Thomas Girtin (1775 – 1802)
Do you think you may own a painting by Thomas Girtin? We perform art authentications, art appraisals, art research and provide Certificates of Authenticity (COA) as well as consultations, for all paintings by Thomas Girtin.
Thomas Girtin was an English painter and etcher, who played a key role in establishing watercolor as a reputable art form. He was born in Southwark, London, the son of a well-to-do brushmaker of a Huguenot descendant. His father died while Thomas was a child, and the widow married a Mr.Vaughan, a pattern-draughtsman. Girtin learnt drawing as a boy (attending classes with Thomas Malton), and was apprenticed to Edward Dayes (1763-1804), a topographical watercolorist. He is believed to have served out his seven year term, although there are unconfirmed reports of clashes between master and apprentice, and even that Dayes had Girtin imprisoned as a refractory apprentice. Certainly Dayes did not fully appreciate his pupil’s talent, and he was to write dismissively of Girtin after his death.

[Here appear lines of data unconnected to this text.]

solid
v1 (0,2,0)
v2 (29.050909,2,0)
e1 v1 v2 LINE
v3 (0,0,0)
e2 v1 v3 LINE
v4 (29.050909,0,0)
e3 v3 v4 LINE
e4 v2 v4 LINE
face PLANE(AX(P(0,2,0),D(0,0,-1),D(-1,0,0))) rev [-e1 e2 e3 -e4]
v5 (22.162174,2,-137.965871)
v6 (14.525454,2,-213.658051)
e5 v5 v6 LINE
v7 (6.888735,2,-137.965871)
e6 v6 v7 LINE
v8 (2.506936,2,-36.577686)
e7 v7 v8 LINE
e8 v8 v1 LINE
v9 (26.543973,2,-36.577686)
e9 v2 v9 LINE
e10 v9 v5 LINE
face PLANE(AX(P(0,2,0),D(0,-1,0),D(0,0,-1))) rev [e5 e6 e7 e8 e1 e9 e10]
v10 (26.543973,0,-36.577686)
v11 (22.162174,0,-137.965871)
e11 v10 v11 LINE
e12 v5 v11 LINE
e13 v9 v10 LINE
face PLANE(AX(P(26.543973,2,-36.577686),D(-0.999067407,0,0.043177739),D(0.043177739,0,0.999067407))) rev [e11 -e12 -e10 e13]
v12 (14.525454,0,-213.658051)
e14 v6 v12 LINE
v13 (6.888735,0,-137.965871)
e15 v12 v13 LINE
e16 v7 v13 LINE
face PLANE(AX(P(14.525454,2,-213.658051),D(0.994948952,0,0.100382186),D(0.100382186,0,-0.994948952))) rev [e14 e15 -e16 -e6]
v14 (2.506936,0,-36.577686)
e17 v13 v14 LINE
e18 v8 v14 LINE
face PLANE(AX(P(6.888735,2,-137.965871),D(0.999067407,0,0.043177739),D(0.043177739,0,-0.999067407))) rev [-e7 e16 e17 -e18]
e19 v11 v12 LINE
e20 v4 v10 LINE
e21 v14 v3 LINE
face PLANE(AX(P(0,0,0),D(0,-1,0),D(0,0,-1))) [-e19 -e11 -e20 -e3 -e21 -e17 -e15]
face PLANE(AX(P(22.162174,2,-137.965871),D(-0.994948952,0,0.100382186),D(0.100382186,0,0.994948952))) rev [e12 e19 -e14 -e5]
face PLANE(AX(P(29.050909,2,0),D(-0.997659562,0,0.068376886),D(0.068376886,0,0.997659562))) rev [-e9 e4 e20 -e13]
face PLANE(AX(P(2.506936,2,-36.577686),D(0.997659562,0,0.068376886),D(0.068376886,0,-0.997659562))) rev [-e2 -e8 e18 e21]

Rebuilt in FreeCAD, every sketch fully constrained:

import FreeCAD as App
import Part
import Sketcher

V = App.Vector


def add_polygon(sketch, points):
    """Adds a closed chain of lines whose ends are joined by coincident constraints."""
    first, n = sketch.GeometryCount, len(points)
    for a, b in zip(points, points[1:] + points[:1]):
        sketch.addGeometry(Part.LineSegment(App.Vector(*a, 0), App.Vector(*b, 0)), False)
    for i in range(n):
        sketch.addConstraint(Sketcher.Constraint("Coincident", first + i, 2, first + (i + 1) % n, 1))

doc = App.newDocument("Part")
body = doc.addObject("PartDesign::Body", "Body")

sketch1 = doc.addObject("Sketcher::SketchObject", "Sketch")
body.addObject(sketch1)
sketch1.AttachmentSupport = (doc.XZ_Plane, [""])
sketch1.MapMode = "FlatFace"
add_polygon(sketch1, [(22, -138), (15, -214), (7, -138), (3, -37), (0, 0), (29, 0), (27, -37)])
sketch1.addConstraint(Sketcher.Constraint("Horizontal", 4))
sketch1.addConstraint(Sketcher.Constraint("Coincident", 3, 2, -1, 1))
sketch1.addConstraint(Sketcher.Constraint("Horizontal", 2, 2, 5, 2))
sketch1.addConstraint(Sketcher.Constraint("Horizontal", 1, 2, 6, 2))
sketch1.addConstraint(Sketcher.Constraint("Equal", 0, 1))
sketch1.addConstraint(Sketcher.Constraint("Equal", 3, 5))
sketch1.addConstraint(Sketcher.Constraint("Equal", 2, 6))
sketch1.addConstraint(Sketcher.Constraint("DistanceX", 4, 1, 4, 2, 29.050909))
sketch1.addConstraint(Sketcher.Constraint("DistanceX", 2, 2, 1, 2, 4.381799))
sketch1.addConstraint(Sketcher.Constraint("DistanceY", 0, 2, -1, 1, 213.658051))
sketch1.addConstraint(Sketcher.Constraint("DistanceY", 1, 2, -1, 1, 137.965871))
sketch1.addConstraint(Sketcher.Constraint("DistanceX", 1, 2, 0, 2, 7.63672))
sketch1.addConstraint(Sketcher.Constraint("Distance", 2, 101.482828))
pad1 = doc.addObject("PartDesign::Pad", "Pad")
body.addObject(pad1)
pad1.Profile = sketch1
pad1.Length = 2
pad1.Reversed = True

doc.recompute()
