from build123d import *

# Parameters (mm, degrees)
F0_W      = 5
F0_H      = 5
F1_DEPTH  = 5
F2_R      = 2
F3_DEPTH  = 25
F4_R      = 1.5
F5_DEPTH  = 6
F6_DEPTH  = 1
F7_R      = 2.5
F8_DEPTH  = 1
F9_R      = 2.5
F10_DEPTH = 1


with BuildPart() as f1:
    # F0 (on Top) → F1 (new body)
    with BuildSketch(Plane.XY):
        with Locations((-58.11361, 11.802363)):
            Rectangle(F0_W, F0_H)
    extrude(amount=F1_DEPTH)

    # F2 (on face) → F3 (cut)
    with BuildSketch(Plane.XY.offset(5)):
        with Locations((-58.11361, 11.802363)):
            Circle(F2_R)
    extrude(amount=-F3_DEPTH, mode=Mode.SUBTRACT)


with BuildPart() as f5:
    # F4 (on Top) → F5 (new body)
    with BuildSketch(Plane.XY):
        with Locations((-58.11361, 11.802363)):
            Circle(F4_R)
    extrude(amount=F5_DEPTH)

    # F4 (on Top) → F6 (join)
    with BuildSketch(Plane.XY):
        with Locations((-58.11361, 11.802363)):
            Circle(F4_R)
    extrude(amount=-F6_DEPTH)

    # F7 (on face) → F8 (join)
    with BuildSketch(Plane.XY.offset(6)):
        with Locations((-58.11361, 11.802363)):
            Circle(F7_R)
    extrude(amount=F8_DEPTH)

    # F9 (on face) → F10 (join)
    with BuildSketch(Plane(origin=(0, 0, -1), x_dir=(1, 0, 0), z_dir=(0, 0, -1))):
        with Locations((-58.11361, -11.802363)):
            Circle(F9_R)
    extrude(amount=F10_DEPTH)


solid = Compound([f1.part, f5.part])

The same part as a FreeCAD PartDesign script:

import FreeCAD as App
import Part
import Sketcher

doc = App.newDocument("Part")
body = doc.addObject("PartDesign::Body", "Body")

sketch1 = body.newObject("Sketcher::SketchObject", "Sketch")
sketch1.AttachmentSupport = (doc.getObject("XY_Plane"), [""])
sketch1.MapMode = "FlatFace"
sketch1.addGeometry([
    Part.LineSegment(App.Vector(-61, 14, 0), App.Vector(-61, 9, 0)),
    Part.LineSegment(App.Vector(-61, 9, 0), App.Vector(-56, 9, 0)),
    Part.LineSegment(App.Vector(-56, 9, 0), App.Vector(-56, 14, 0)),
    Part.LineSegment(App.Vector(-56, 14, 0), App.Vector(-61, 14, 0)),
], False)
sketch1.addConstraint([
    Sketcher.Constraint("Coincident", 0, 2, 1, 1),
    Sketcher.Constraint("Coincident", 1, 2, 2, 1),
    Sketcher.Constraint("Coincident", 2, 2, 3, 1),
    Sketcher.Constraint("Coincident", 3, 2, 0, 1),
    Sketcher.Constraint("Vertical", 0),
    Sketcher.Constraint("Horizontal", 1),
    Sketcher.Constraint("Vertical", 2),
    Sketcher.Constraint("Horizontal", 3),
    Sketcher.Constraint("Equal", 3, 0),
    Sketcher.Constraint("DistanceX", 1, 1, 1, 2, 5.0),
    Sketcher.Constraint("DistanceX", 0, 2, -1, 1, 60.61361),
    Sketcher.Constraint("DistanceY", -1, 1, 0, 2, 9.302363),
])
pad1 = body.newObject("PartDesign::Pad", "Pad")
pad1.Profile = sketch1
pad1.Length = 5

sketch2 = body.newObject("Sketcher::SketchObject", "Sketch001")
sketch2.AttachmentSupport = (doc.getObject("XY_Plane"), [""])
sketch2.MapMode = "FlatFace"
sketch2.AttachmentOffset = App.Placement(App.Vector(0, 0, 5), App.Rotation())
sketch2.addGeometry(Part.Circle(App.Vector(-58.1, 11.8, 0), App.Vector(0, 0, 1), 2), False)
sketch2.addConstraint([
    Sketcher.Constraint("Diameter", 0, 4.0),
    Sketcher.Constraint("DistanceX", 0, 3, -1, 1, 58.11361),
    Sketcher.Constraint("DistanceY", -1, 1, 0, 3, 11.802363),
])
pocket1 = body.newObject("PartDesign::Pocket", "Pocket")
pocket1.Profile = sketch2
pocket1.Length = 25
body2 = doc.addObject("PartDesign::Body", "Body001")

sketch3 = body2.newObject("Sketcher::SketchObject", "Sketch002")
sketch3.AttachmentSupport = (doc.getObject("XY_Plane001"), [""])
sketch3.MapMode = "FlatFace"
sketch3.addGeometry(Part.Circle(App.Vector(-58.1, 11.8, 0), App.Vector(0, 0, 1), 1.5), False)
sketch3.addConstraint([
    Sketcher.Constraint("Diameter", 0, 3.0),
    Sketcher.Constraint("DistanceX", 0, 3, -1, 1, 58.11361),
    Sketcher.Constraint("DistanceY", -1, 1, 0, 3, 11.802363),
])
pad2 = body2.newObject("PartDesign::Pad", "Pad001")
pad2.Profile = sketch3
pad2.Length = 6

sketch4 = body2.newObject("Sketcher::SketchObject", "Sketch003")
sketch4.AttachmentSupport = (doc.getObject("XY_Plane001"), [""])
sketch4.MapMode = "FlatFace"
sketch4.addGeometry(Part.Circle(App.Vector(-58.1, 11.8, 0), App.Vector(0, 0, 1), 1.5), False)
sketch4.addConstraint([
    Sketcher.Constraint("Diameter", 0, 3.0),
    Sketcher.Constraint("DistanceX", 0, 3, -1, 1, 58.11361),
    Sketcher.Constraint("DistanceY", -1, 1, 0, 3, 11.802363),
])
pad3 = body2.newObject("PartDesign::Pad", "Pad002")
pad3.Profile = sketch4
pad3.Length = 1
pad3.Reversed = True

sketch5 = body2.newObject("Sketcher::SketchObject", "Sketch004")
sketch5.AttachmentSupport = (doc.getObject("XY_Plane001"), [""])
sketch5.MapMode = "FlatFace"
sketch5.AttachmentOffset = App.Placement(App.Vector(0, 0, 6), App.Rotation())
sketch5.addGeometry(Part.Circle(App.Vector(-58.1, 11.8, 0), App.Vector(0, 0, 1), 2.5), False)
sketch5.addConstraint([
    Sketcher.Constraint("Diameter", 0, 5.0),
    Sketcher.Constraint("DistanceX", 0, 3, -1, 1, 58.11361),
    Sketcher.Constraint("DistanceY", -1, 1, 0, 3, 11.802363),
])
pad4 = body2.newObject("PartDesign::Pad", "Pad003")
pad4.Profile = sketch5
pad4.Length = 1

sketch6 = body2.newObject("Sketcher::SketchObject", "Sketch005")
sketch6.AttachmentSupport = (doc.getObject("XY_Plane001"), [""])
sketch6.MapMode = "FlatFace"
sketch6.AttachmentOffset = App.Placement(App.Vector(0, 0, -1), App.Rotation())
sketch6.addGeometry(Part.Circle(App.Vector(-58.1, 11.8, 0), App.Vector(0, 0, 1), 2.5), False)
sketch6.addConstraint([
    Sketcher.Constraint("Diameter", 0, 5.0),
    Sketcher.Constraint("DistanceX", 0, 3, -1, 1, 58.11361),
    Sketcher.Constraint("DistanceY", -1, 1, 0, 3, 11.802363),
])
pad5 = body2.newObject("PartDesign::Pad", "Pad004")
pad5.Profile = sketch6
pad5.Length = 1
pad5.Reversed = True

doc.recompute()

While still a youth Girtin became friends with J. M. W. Turner and the two teenagers were employed to color prints with watercolor. Girtin exhibited at the Royal Academy from 1794. His architectural and topographical sketches and drawings soon established his reputation, his use of watercolor for landscapes being such as to give him the credit of having created Romantic watercolor painting. He went on several sketching tours, visiting the north of England, North Wales and the West Country. By 1799 he had acquired influential patrons such as Lady Sutherland, and the art collector Sir George Beaumont. He was the dominant member of the Brothers, a sketching society of professional artists and talented amateurs.
In 1800 Girtin married Mary Ann Borrett, the sixteen year old daughter of a well-to-do City goldsmith, and set up home in St George’s Row, Hyde Park, next door to the painter Paul Sandby. By 1801 he was a welcome houseguest at his patrons’ country houses such as Harewood House and Mulgrave Castle, and was able to charge 20 guineas for a painting, but his health was deteriorating. In late 1801 to early 1802 he spent five and a half months in Paris, where he painted watercolors and made a series the pencil sketches which he engraved on his return to London. They were published as Twenty Views in Paris and its Environs after his death. In the spring and summer of 1802, Girtin produced a panorama of London, the “Eidometropolis”, 18 feet high and 108 feet in circumference which was exhibited with success that year. It was notable for its naturalistic treatment of urban light and atmosphere. That November Girtin died in his painting room; the cause was variously reported as asthma or “ossification of the heart.”
Girtin’s early landscapes are akin to 18th-century topographical sketches, but in later years he developed a bolder, more spacious, Romantic style, which had a lasting influence on English painting. The scenery of the North encouraged him to create a new watercolor palette of warm browns, slate greys, indigo and purple. He abandoned the practice of undershadowing in grey wash and then adding pastel patches of color, in favor of broad washes of strong color, and experimented with the use of pen, brown ink and varnish to add richer tones. Girtin’s early death from consumption led indeed to Turner saying, “had Tom Girtin lived I should have starved.” The British Museum, Tate Britain, and the Victoria and Albert Museum have collections of his work.